Learns to align an image region (like a bar in a bar chart) with numerical or categorical text labels.
4. Core Capabilities
4.1 Multi-Modal Data Extraction
Occipital can handle documents containing both text and visuals. It accurately extracts:
Tabular Data: Reads row/column headers, aggregates numerical values, and maps them to the correct field (e.g., “Total Revenue” or “Q2 2025 Earnings”).
Graph Annotations: Identifies legends, axes, and peaks in line/bar charts, extracting numerical values or highlight trends.
Infographic Insights: Interprets diagrams illustrating capital flows or organizational hierarchies, distilling them into structured relationships.
4.2 Question-Answering & Summarization
A user can ask natural language questions about a multimodal finance document:
“What is the year-over-year growth percentage in the bar chart for the Healthcare segment?”
Occipital will visually parse the chart, cross-reference text commentary, and return a precise numeric answer (e.g., “15.2% growth from 2024 to 2025”). For broader context, FalconEye provides succinct summaries of risk factors, major announcements, or key insights from multi-page filings.
4.3 Real-Time Inference & Integration
Because Occipital runs on our in-house GPU clusters:
Latency is minimal, enabling sub-second queries.
Scalability is straightforward, with load balancing for large-scale batch extractions.
Privacy & Security are maintained, as sensitive user documents never leave AIx2’s environment.
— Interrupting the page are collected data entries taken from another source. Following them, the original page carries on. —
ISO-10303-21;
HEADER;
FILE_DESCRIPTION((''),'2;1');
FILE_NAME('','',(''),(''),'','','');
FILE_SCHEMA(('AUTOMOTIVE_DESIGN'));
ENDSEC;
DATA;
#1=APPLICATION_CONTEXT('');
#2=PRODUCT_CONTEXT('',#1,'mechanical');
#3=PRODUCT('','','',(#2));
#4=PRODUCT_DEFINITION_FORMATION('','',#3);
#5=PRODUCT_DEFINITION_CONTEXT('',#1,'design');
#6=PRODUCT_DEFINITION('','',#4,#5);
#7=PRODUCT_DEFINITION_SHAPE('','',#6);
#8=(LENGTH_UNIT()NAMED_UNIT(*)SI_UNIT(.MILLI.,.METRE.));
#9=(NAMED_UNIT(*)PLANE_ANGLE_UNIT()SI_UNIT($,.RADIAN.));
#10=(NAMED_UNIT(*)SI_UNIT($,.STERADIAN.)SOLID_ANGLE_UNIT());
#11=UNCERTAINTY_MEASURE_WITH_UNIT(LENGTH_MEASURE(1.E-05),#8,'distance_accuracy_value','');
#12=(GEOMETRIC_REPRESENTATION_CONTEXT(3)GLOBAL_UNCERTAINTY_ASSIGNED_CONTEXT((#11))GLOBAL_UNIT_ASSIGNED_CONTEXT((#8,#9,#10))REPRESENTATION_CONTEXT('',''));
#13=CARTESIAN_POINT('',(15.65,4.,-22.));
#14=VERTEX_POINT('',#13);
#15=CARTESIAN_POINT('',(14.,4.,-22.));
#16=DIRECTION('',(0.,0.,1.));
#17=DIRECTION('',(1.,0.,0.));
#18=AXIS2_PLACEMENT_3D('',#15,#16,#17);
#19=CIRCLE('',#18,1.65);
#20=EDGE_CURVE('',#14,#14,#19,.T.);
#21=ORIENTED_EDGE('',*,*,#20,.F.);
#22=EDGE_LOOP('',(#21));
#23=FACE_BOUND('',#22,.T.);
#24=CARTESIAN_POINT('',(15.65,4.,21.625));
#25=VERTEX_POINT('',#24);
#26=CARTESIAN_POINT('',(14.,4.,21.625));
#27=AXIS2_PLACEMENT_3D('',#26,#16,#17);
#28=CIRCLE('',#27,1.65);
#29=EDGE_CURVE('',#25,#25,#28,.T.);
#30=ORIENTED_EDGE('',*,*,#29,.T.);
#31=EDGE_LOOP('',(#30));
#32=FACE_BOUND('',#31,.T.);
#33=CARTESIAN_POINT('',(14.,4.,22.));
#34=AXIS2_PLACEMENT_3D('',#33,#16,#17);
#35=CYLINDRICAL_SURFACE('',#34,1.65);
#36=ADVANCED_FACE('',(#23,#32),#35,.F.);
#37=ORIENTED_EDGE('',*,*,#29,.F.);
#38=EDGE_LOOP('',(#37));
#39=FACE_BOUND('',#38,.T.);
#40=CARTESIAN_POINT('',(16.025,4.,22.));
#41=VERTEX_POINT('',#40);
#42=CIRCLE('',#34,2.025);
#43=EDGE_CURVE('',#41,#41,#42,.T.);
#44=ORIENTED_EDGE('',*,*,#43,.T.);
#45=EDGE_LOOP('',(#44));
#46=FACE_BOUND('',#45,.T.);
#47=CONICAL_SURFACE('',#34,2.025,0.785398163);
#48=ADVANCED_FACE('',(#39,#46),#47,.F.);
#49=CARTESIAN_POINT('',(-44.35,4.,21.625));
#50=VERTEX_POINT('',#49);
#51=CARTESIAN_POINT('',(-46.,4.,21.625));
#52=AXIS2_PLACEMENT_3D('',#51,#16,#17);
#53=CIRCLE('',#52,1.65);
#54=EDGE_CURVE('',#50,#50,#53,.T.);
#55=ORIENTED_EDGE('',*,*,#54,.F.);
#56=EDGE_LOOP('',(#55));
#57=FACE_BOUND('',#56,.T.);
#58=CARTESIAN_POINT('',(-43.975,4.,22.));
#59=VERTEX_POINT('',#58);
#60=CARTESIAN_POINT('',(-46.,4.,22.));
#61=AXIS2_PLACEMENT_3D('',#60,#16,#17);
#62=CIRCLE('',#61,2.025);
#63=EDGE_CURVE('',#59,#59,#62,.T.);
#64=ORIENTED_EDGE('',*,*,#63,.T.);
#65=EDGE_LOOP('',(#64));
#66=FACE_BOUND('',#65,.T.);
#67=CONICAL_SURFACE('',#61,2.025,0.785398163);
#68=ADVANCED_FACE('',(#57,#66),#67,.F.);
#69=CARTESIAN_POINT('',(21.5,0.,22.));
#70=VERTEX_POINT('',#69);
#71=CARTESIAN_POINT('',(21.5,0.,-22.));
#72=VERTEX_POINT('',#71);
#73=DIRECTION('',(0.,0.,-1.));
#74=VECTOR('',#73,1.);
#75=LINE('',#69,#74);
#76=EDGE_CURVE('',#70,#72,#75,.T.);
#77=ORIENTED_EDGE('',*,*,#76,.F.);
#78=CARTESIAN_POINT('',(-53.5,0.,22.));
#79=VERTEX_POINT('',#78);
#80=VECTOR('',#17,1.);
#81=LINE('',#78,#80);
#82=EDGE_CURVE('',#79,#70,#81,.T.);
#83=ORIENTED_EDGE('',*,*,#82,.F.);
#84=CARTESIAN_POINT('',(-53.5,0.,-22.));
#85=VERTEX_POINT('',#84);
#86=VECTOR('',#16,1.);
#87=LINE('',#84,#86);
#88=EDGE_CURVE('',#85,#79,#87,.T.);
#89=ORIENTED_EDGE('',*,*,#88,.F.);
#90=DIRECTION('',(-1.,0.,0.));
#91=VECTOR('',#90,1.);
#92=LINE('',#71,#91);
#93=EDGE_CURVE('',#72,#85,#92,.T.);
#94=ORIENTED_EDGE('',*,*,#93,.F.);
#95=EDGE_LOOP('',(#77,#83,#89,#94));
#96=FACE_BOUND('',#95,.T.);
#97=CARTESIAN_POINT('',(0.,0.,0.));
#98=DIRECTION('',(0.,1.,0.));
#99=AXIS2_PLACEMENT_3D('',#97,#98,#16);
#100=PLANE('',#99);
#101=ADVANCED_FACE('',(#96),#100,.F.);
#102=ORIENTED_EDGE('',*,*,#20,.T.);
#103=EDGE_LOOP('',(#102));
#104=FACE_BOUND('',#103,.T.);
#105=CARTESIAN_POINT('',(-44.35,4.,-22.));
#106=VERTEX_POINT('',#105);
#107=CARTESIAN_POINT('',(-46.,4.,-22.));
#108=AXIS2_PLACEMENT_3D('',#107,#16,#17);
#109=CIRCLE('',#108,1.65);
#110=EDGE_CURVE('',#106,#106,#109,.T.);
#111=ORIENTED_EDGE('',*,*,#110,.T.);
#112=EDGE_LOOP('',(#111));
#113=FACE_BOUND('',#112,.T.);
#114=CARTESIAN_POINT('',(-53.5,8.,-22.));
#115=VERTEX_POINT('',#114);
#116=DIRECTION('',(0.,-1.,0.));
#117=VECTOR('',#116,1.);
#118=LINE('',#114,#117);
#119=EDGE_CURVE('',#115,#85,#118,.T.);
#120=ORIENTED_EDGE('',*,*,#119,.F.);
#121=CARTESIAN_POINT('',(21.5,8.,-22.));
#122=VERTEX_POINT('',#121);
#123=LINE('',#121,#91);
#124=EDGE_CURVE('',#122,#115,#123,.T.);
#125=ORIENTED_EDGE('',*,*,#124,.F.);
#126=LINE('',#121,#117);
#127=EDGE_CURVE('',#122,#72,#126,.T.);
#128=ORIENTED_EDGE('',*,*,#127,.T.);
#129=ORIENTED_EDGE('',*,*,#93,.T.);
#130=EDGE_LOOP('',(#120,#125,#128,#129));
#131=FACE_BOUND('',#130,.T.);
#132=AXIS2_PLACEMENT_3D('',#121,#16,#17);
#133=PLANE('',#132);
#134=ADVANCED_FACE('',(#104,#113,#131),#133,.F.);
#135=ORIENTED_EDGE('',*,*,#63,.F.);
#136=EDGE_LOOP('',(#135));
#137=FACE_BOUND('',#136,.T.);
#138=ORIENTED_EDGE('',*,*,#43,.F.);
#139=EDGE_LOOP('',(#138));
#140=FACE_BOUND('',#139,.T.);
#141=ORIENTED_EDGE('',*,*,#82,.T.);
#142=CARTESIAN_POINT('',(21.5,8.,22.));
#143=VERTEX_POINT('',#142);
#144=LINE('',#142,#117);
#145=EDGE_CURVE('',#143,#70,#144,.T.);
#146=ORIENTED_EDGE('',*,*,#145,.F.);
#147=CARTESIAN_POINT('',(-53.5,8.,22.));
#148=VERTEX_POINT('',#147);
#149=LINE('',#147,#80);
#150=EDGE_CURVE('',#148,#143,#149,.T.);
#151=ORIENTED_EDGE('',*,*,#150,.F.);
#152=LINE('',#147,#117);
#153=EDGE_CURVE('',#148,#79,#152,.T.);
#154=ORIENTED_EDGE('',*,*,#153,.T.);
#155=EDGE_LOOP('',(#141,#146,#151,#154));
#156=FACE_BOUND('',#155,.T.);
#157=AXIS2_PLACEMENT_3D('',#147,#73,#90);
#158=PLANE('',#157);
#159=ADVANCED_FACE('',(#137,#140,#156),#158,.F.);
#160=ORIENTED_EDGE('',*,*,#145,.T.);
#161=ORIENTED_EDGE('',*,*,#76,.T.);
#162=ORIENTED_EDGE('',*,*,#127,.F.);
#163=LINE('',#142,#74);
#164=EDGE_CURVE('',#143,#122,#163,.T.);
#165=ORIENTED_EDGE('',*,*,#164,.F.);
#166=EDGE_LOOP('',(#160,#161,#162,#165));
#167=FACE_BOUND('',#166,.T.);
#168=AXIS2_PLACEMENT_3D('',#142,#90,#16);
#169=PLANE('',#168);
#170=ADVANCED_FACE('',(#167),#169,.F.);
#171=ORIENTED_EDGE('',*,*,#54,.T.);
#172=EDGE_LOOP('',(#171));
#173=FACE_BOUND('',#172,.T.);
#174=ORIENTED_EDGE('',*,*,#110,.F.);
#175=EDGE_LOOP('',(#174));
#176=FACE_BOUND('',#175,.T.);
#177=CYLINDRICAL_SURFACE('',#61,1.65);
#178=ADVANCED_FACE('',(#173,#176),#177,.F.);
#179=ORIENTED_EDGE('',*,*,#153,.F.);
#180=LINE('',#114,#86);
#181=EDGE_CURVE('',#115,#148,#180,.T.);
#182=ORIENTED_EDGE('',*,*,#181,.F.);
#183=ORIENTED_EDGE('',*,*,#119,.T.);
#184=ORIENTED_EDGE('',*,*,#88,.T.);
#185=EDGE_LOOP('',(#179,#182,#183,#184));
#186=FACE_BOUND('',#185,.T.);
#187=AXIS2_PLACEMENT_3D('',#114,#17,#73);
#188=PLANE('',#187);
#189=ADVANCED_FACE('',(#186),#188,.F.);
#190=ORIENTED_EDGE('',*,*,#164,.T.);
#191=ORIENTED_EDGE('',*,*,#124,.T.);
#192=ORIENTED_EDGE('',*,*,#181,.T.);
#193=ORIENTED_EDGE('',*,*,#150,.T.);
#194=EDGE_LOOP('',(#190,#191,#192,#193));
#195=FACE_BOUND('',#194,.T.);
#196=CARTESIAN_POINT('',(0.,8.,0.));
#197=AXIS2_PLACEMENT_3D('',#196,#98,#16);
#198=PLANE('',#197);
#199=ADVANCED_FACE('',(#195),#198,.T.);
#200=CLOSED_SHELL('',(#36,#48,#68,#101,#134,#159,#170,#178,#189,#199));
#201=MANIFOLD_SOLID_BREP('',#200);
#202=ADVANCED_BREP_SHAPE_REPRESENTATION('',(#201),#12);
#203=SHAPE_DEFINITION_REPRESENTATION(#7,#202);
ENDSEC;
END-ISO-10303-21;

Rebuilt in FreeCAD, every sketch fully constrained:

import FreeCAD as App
import Part
import Sketcher
Q = App.Units.Quantity


def add_polygon(sketch, points):
    """Adds a closed chain of lines whose ends are joined by coincident constraints."""
    first, n = sketch.GeometryCount, len(points)
    for a, b in zip(points, points[1:] + points[:1]):
        sketch.addGeometry(Part.LineSegment(App.Vector(*a, 0), App.Vector(*b, 0)), False)
    for i in range(n):
        sketch.addConstraint(Sketcher.Constraint("Coincident", first + i, 2, first + (i + 1) % n, 1))

doc = App.newDocument("Part")
body = doc.addObject("PartDesign::Body", "Body")

# Sketch on XZ plane
sketch1 = body.newObject("Sketcher::SketchObject", "Sketch")
sketch1.AttachmentSupport = (doc.getObject("XZ_Plane"), [""])
sketch1.MapMode = "FlatFace"
add_polygon(sketch1, [(-53.5, -22), (-53.5, 22), (21.5, 22), (21.5, -22)])  # lines 0-3
sketch1.addConstraint(Sketcher.Constraint("Vertical", 0))
sketch1.addConstraint(Sketcher.Constraint("Horizontal", 1))
sketch1.addConstraint(Sketcher.Constraint("Vertical", 2))
sketch1.addConstraint(Sketcher.Constraint("Horizontal", 3))
sketch1.addConstraint(Sketcher.Constraint("DistanceX", 1, 1, 1, 2, Q("75 mm")))
sketch1.addConstraint(Sketcher.Constraint("DistanceY", 0, 1, 0, 2, Q("44 mm")))
sketch1.addConstraint(Sketcher.Constraint("DistanceY", -1, 1, 0, 2, Q("22 mm")))
sketch1.addConstraint(Sketcher.Constraint("DistanceX", 0, 2, -1, 1, Q("53.5 mm")))
pad1 = body.newObject("PartDesign::Pad", "Pad")
pad1.Profile = sketch1
pad1.Length = 8
pad1.Reversed = True

# Sketch on XY plane
sketch2 = body.newObject("Sketcher::SketchObject", "Sketch001")
sketch2.AttachmentSupport = (doc.getObject("XY_Plane"), [""])
sketch2.MapMode = "FlatFace"
sketch2.AttachmentOffset = App.Placement(App.Vector(0, 0, 22), App.Rotation())
sketch2.addGeometry(Part.Circle(App.Vector(-46, 4, 0), App.Vector(0, 0, 1), 1.65), False)
sketch2.addGeometry(Part.Circle(App.Vector(14, 4, 0), App.Vector(0, 0, 1), 1.65), False)
sketch2.addConstraint(Sketcher.Constraint("Equal", 0, 1))
sketch2.addConstraint(Sketcher.Constraint("Horizontal", 0, 3, 1, 3))
sketch2.addConstraint(Sketcher.Constraint("Diameter", 0, Q("3.3 mm")))
sketch2.addConstraint(Sketcher.Constraint("DistanceX", 0, 3, -1, 1, Q("46 mm")))
sketch2.addConstraint(Sketcher.Constraint("DistanceY", -1, 1, 0, 3, Q("4 mm")))
sketch2.addConstraint(Sketcher.Constraint("DistanceX", -1, 1, 1, 3, Q("14 mm")))
doc.recompute()
hole = body.newObject("PartDesign::Hole", "Hole")
hole.Profile = sketch2
hole.ThreadType = "None"
hole.Diameter = 3.3
hole.DepthType = "ThroughAll"
hole.HoleCutType = "Countersink"
hole.HoleCutDiameter = 4.05
hole.HoleCutCountersinkAngle = 90

doc.recompute()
5. Implementation Insights
5.1 Fine-Tuning Open-Source LLMs
Occipital’s pipeline starts with an open-source LLM (e.g., LLaVa-based or a smaller GPT variant). We applied domain-specific fine-tuning:
Finance Corpus: Millions of tokens from financial statements, earnings calls, macro reports.
Visual Documents: Labeled chart images, tables, and infographics, focusing on standard finance conventions.
Real-World QA Pairs: Annotated question-answer sets to train the model’s multi-modal comprehension.
5.2 Hardware and Training Setup
Model Size: A fraction of GPT-4’s parameter count, making it feasible to train on mid-range GPU clusters.
Mixed Precision: To manage memory footprint and speed up training.
Inference Pipeline: Deployed on AIx2’s private GPU servers with automatic scaling based on query volume.
5.3 Open-Source Collaboration
We provide select components of Occipital (like data loaders and prompt templates) in a [public Colab notebook] and [GitHub repository], enabling community members to explore or replicate smaller variants. While certain finance-specific modules remain proprietary, we strongly believe in open research and encouraging broader multi-modal AI adoption.
6. Real-World Applications
Fast Due Diligence
Summarize investment decks or decode pitch documents (slides containing charts, revenue tables, bullet points).
Extract critical metrics (EBITDA, IRR, market share) and highlight anomalies or red flags in real time.
Financial News & Reports Scraping
Monitor daily public filings or earnings call slide decks.
Provide updates on key metrics and performance indicators to analysts.
Enterprise Knowledge Management
Ingest large volumes of PDFs, annotated by Occipital for quick retrieval.
Build an internal knowledge graph linking relevant insights across investor presentations, risk disclosures, and more.
7. Conclusion
AIx2 Occipital demonstrates how multi-modal small language models—fine-tuned for finance—can combine speed, accuracy, and cost-efficiency. By leveraging LLaVa and open-source LLM foundations, we’ve crafted a lightweight system capable of parsing text, charts, tables, and infographics under a single pipeline, maintaining low latency and high fidelity in data extraction.